According to heartening news from researchers, hospitalizations for heart failure have dropped 29.5 percent nationally over the past decade. Researchers explain that this is largely because fewer patients were admitted rather than fewer admissions per patient, researchers found.
Results revealed that the risk-adjusted rate of heart failure hospitalization fell from 2,845 to 2,007 per 100,000 person-years from 1998 to 2008. The study was a fee-for-service Medicare claims analysis by Dr. Jersey Chen of Yale University and colleagues. In addition the first ever documented decline in the US saved an estimated $4.1 billion in Medicare costs since 1998, they reported in the Oct. 19 issue of the Journal of the American Medical Association.
Overall, 55,097,390 patients were identified and had clinical characteristics examined. Participants were stratified according to age (65-74 years; 75-84 years; 85 years or older), sex and race (white, black, other).
Researchers speculate that this decline is due to the lowering of risk factors of heart failure, modest improvements in blood pressure control, better use of evidence-based therapies, and a shift toward outpatient management of heart failure may have been contributing factors, the group suggested.
The main reason for the drop in hospitalizations was fewer unique patients hospitalized for heart failure, down from 2,014 per 100,000 in 1998 to 1,462 per 100,000 in 2008. More encouragingly, one-year mortality after heart failure hospitalization also dropped modestly by a relative 6.6 percent over the same period, from a risk-adjusted rate of 31.7 percent to 29.6 percent.
Chen and his team analyzed all heart failure hospitalizations nationally in a complete sample of Medicare fee-for-service claims from 1998 to 2008 and they found that all sex and race groups showed reductions in heart failure hospitalizations. But black men had the lowest rate of decline, with heart failure hospitalizations falling from 4,142 to 3,201 per 100,000 person-years over the study period. This improvement was a significant 19 percent less than other groups after adjusting for age.
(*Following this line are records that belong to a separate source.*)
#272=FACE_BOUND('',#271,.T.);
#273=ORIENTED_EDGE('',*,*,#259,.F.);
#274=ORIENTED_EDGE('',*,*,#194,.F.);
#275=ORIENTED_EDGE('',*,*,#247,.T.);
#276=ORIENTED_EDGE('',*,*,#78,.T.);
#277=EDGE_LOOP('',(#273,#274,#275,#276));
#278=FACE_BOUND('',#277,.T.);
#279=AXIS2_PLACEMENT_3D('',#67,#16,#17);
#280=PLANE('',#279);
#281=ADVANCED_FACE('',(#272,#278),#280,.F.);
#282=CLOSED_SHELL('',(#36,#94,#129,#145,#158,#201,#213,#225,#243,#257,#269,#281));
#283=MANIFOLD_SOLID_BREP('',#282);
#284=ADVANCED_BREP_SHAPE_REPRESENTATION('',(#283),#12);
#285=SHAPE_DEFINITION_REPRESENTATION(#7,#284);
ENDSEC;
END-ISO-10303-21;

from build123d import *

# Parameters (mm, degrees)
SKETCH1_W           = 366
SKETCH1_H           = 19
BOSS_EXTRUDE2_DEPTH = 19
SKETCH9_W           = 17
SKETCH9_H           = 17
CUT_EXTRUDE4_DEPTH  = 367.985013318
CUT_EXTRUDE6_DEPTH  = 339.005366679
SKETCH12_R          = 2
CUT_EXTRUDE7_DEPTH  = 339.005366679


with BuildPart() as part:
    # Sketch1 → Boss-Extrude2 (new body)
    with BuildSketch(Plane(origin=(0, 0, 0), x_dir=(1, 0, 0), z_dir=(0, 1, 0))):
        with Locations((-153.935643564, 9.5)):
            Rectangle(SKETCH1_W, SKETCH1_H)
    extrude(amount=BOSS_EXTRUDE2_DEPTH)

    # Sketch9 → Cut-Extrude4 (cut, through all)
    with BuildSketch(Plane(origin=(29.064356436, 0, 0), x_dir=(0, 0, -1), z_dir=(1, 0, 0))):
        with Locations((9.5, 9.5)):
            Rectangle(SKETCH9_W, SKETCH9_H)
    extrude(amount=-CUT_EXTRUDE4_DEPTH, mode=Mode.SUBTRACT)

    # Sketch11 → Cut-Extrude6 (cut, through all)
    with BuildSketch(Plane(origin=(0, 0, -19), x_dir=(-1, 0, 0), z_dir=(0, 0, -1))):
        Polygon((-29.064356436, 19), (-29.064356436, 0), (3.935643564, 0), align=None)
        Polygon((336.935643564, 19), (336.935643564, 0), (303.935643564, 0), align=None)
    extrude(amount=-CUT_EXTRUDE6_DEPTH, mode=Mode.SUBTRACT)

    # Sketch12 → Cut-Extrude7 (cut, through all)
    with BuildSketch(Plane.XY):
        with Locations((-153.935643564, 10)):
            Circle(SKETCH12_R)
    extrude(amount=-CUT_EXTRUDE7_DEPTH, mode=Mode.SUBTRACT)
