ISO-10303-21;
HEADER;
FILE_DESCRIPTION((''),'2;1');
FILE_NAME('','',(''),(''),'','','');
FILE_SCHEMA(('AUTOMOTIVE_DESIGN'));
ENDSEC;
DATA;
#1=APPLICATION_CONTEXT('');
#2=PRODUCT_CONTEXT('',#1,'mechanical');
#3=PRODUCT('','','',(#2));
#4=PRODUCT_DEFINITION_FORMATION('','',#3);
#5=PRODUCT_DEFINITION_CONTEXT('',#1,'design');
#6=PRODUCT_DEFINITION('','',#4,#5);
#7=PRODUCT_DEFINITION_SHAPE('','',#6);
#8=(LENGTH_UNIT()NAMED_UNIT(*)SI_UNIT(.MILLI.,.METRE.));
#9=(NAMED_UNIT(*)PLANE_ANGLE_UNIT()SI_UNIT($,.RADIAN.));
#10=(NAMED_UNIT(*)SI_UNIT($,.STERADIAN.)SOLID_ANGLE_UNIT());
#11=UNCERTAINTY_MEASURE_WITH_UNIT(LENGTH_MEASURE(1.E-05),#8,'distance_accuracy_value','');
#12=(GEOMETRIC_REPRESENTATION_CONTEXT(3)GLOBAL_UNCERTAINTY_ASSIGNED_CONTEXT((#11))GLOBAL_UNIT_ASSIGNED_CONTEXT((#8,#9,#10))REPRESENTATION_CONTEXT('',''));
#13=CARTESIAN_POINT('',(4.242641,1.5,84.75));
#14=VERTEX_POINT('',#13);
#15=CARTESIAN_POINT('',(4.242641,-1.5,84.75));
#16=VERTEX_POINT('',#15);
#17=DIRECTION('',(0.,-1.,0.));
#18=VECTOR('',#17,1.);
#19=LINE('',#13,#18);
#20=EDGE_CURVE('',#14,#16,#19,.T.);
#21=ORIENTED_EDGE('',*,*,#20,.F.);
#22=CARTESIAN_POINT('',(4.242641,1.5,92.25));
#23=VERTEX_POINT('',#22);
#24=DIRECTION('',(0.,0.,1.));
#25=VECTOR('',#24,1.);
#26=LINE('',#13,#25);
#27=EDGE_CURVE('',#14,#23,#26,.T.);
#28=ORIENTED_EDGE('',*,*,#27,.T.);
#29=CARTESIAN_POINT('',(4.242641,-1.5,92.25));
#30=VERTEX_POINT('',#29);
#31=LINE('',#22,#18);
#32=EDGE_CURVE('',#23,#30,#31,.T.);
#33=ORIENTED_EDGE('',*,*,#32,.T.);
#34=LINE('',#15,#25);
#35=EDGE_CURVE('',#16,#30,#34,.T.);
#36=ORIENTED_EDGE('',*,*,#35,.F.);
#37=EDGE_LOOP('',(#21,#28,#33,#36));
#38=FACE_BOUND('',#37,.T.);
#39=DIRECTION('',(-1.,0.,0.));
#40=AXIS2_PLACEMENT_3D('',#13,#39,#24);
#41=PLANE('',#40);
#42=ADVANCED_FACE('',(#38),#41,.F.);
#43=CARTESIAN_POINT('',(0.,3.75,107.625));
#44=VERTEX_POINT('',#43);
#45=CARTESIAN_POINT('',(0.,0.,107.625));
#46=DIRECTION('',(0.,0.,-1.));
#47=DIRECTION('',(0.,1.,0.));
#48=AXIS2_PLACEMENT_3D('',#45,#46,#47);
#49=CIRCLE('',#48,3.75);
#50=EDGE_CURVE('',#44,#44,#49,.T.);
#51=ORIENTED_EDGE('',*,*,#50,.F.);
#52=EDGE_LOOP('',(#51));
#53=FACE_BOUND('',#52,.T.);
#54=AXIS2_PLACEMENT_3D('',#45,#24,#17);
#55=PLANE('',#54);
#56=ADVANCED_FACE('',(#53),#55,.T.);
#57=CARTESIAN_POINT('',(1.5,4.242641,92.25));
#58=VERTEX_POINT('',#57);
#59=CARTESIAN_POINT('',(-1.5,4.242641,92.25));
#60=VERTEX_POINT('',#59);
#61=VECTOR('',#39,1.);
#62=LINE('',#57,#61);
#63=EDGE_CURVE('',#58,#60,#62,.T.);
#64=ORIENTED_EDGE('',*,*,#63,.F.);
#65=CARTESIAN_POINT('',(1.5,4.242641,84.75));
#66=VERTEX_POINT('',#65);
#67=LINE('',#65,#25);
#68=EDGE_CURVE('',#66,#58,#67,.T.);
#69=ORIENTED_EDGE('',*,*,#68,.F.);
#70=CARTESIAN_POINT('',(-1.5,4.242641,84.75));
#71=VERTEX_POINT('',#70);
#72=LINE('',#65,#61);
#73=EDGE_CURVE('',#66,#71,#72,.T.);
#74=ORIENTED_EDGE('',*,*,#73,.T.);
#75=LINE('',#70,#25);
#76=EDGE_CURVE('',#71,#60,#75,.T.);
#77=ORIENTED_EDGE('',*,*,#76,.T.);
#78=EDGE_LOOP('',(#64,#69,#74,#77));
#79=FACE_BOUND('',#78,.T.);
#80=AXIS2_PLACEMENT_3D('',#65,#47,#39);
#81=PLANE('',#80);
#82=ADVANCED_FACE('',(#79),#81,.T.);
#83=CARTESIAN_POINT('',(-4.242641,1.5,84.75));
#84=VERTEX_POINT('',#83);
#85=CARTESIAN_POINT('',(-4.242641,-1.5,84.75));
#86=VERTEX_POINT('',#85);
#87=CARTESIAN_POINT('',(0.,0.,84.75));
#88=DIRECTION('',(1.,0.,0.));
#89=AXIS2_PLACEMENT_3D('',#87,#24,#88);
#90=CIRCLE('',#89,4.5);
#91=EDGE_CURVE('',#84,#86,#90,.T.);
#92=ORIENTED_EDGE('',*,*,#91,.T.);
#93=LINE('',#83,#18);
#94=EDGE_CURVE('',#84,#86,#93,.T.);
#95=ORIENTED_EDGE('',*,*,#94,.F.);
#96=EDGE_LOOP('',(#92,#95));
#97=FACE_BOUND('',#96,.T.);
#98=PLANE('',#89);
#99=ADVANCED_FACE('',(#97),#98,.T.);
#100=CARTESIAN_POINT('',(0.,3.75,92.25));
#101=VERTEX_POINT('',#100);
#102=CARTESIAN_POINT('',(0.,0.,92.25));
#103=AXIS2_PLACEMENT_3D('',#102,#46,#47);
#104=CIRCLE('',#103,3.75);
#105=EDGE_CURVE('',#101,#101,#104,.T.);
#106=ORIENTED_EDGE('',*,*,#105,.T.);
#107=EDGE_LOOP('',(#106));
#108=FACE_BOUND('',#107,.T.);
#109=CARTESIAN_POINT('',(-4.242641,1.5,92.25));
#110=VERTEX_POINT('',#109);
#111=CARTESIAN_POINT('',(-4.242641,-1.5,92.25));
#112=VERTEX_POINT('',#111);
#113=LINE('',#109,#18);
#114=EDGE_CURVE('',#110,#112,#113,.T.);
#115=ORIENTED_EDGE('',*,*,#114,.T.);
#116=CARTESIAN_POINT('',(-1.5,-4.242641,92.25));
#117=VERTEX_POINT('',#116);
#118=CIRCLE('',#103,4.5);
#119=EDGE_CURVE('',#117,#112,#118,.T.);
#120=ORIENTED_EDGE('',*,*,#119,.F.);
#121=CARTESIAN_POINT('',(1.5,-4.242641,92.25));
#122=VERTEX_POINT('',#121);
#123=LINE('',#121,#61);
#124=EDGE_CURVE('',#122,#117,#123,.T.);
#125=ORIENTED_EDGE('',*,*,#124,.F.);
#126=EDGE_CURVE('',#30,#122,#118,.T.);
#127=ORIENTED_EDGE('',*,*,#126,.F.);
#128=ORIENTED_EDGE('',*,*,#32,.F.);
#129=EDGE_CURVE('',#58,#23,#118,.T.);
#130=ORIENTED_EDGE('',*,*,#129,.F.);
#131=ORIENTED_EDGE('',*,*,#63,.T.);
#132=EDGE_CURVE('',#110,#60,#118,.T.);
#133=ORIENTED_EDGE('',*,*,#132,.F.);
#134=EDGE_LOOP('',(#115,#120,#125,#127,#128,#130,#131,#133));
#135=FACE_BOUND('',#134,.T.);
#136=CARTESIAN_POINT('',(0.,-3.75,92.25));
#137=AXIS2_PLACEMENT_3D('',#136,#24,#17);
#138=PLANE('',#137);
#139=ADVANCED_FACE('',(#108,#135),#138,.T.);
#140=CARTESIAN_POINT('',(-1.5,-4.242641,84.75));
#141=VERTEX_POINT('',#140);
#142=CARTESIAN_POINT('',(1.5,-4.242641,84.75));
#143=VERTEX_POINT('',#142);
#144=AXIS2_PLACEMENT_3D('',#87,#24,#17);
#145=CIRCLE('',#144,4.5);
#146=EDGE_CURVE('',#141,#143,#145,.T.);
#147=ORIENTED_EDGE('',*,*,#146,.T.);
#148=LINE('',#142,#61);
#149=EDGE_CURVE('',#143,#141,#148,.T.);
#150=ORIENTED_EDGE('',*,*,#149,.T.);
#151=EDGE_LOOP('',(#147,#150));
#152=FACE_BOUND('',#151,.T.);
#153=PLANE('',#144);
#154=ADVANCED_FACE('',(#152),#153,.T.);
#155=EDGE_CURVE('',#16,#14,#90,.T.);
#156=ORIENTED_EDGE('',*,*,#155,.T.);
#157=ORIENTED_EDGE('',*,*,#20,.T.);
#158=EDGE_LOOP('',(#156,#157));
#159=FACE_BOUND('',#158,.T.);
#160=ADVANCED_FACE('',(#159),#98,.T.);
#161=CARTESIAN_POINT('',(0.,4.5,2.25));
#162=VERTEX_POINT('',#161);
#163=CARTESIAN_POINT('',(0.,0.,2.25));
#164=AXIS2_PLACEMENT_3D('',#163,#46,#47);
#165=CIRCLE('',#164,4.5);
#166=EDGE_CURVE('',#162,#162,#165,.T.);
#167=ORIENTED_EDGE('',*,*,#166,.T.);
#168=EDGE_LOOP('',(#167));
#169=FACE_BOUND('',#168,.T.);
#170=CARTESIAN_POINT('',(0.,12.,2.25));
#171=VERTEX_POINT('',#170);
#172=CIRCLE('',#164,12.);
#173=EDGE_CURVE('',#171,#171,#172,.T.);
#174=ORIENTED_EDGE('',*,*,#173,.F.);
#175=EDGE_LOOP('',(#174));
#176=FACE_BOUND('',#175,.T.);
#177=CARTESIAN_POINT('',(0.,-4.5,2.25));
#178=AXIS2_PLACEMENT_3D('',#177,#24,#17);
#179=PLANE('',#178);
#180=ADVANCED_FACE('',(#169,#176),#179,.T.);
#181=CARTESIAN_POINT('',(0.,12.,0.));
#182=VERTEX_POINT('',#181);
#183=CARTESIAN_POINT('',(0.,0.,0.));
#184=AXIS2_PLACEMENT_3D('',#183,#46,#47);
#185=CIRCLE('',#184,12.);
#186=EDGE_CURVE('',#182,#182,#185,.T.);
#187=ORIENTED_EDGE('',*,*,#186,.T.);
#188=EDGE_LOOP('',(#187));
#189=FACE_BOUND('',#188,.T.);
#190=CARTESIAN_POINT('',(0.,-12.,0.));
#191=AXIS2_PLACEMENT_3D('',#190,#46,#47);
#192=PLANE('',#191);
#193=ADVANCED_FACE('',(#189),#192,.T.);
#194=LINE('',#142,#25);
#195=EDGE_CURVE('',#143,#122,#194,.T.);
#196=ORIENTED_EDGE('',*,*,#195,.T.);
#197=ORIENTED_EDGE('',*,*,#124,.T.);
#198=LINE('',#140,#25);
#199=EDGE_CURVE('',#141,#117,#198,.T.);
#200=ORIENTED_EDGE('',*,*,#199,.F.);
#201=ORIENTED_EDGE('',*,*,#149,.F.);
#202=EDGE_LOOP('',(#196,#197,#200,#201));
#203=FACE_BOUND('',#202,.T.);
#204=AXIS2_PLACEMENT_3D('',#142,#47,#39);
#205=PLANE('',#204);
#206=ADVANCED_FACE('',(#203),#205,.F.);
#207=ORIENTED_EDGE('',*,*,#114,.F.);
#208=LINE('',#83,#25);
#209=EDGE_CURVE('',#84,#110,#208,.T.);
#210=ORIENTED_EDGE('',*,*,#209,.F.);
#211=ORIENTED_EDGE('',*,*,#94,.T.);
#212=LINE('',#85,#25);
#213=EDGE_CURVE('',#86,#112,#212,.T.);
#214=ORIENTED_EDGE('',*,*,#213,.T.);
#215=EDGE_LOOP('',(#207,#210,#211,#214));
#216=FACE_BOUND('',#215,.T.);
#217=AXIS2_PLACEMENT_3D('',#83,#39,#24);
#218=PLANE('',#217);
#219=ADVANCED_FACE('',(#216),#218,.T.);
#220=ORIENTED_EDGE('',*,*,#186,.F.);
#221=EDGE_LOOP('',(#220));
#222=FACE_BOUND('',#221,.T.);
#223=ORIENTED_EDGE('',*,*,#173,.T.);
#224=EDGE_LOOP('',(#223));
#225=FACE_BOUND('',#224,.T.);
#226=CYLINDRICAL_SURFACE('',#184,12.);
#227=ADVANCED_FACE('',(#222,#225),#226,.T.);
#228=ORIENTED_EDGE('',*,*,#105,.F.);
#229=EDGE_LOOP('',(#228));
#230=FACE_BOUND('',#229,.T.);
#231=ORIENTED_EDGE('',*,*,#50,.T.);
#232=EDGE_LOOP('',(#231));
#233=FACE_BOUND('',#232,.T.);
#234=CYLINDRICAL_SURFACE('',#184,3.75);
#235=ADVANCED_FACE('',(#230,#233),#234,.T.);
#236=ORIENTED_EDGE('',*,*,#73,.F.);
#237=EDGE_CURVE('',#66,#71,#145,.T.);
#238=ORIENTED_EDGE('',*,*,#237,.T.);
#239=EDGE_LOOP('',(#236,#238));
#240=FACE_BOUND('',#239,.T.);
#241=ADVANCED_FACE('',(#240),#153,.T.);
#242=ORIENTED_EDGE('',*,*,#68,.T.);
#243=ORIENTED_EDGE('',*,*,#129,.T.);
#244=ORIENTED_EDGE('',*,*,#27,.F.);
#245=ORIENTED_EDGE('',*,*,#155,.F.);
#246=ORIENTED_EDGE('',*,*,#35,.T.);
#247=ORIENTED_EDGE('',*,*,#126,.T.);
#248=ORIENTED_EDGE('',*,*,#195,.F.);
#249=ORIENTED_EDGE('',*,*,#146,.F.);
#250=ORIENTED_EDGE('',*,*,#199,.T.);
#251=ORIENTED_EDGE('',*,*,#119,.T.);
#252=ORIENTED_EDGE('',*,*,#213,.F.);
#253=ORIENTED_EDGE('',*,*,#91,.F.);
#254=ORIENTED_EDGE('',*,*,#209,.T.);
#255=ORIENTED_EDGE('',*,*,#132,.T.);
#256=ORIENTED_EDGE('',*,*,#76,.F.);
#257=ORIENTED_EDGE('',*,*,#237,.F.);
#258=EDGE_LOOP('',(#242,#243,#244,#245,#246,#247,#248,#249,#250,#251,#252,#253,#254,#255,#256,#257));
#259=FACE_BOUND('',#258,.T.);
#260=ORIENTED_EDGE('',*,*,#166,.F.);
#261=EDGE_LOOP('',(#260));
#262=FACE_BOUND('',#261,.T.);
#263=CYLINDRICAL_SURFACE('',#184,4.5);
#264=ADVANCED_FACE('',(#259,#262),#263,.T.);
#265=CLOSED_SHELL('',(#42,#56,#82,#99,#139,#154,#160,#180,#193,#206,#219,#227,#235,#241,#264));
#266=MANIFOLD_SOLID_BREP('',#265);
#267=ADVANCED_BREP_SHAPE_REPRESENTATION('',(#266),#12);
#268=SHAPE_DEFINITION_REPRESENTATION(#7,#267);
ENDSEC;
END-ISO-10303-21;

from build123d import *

# Parameters (mm, degrees)
CUT_EXTRUDE_START        = -10
CUT_EXTRUDE_1_DEPTH      = 10
PATTERN_CIRCULAR_1_COUNT = 4
SCALE_1_SCALE            = 0.75


with BuildPart() as part:
    # 草图2 → 旋转1 (revolve)
    with BuildSketch(Plane(origin=(0, 0, 0), x_dir=(0, 0, -1), z_dir=(1, 0, 0))):
        Polygon((0, 0), (-143.5, 0), (-143.5, 5), (-123, 5), (-123, 6), (-3, 6), (-3, 16), (0, 16), align=None)
    revolve(axis=Axis((0, 0, 0), (0, 0, 1)))

    # 草图7 → 切除-拉伸1 (cut)
    with BuildSketch(Plane.XY.offset(123).offset(CUT_EXTRUDE_START)):
        with BuildLine():
            Line((5.656854249, 2), (5.656854249, -2))
            ThreePointArc((5.656854249, -2), (6, 0), (5.656854249, 2))
        make_face()
        with BuildLine():
            Line((-5.656854249, 2), (-5.656854249, -2))
            ThreePointArc((-5.656854249, -2), (-6, 0), (-5.656854249, 2))
        make_face()
    cut_extrude_1 = extrude(amount=CUT_EXTRUDE_1_DEPTH, mode=Mode.SUBTRACT)

    # 阵列(圆周)1: 切除-拉伸1 ×4 about axis
    pattern_circular_1_axis = Axis((0, 0, 0), (0, 0, -1))
    for i in range(1, PATTERN_CIRCULAR_1_COUNT):
        add(cut_extrude_1.rotate(pattern_circular_1_axis, i * 360 / PATTERN_CIRCULAR_1_COUNT), mode=Mode.SUBTRACT)


with BuildPart() as part_1:
    # 缩放比例1: scaled about (0, 0, 0)
    add(part.part.scale(SCALE_1_SCALE))


solid = part_1.part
The rates didn't fall evenly across states either. Heart failure hospitalization changes happened significantly slower than the national mean in three states: Connecticut, Rhode Island, and Wyoming. One-year mortality rates actually increased in five states: South Dakota, Arizona, Alaska, Louisiana, and Kentucky.
An accompanying editorial pointed to the results as a sign of hope, though with plenty of room for improvement. The “persistently” and “unacceptably” high one-year mortality rates suggested a need for immediate attention to heart failure post-discharge practices, wrote Dr. Mihai Gheorghiade of Northwestern University in Chicago and Dr. Eugene Braunwald of Brigham and Women's Hospital and Harvard in Boston.
They suggested using more aggressive treatment for subclinical congestion, taking a mechanistic approach to underlying cardiac abnormalities, boosting use of drugs like digoxin and mineralocorticoid antagonists and scheduling an early post-discharge visit.
“There is more work to be done,” agreed Dr. Ralph Brindis, immediate past-president of the American College of Cardiology, in a statement. While overall trends are on the right track, not all groups benefited equally, he noted. He added, “We must continue to work to understand the causes of these disparities in outcomes and continue to apply what we learn through research to improve care and prevention across the board.”
The researchers cautioned that the study could not determine causality for any of the findings. Other limitations were sole inclusion of a Medicare population, which may differ in heart failure hospitalization and mortality trends from a younger population with different insurance, and use of administrative codes not confirmed clinically.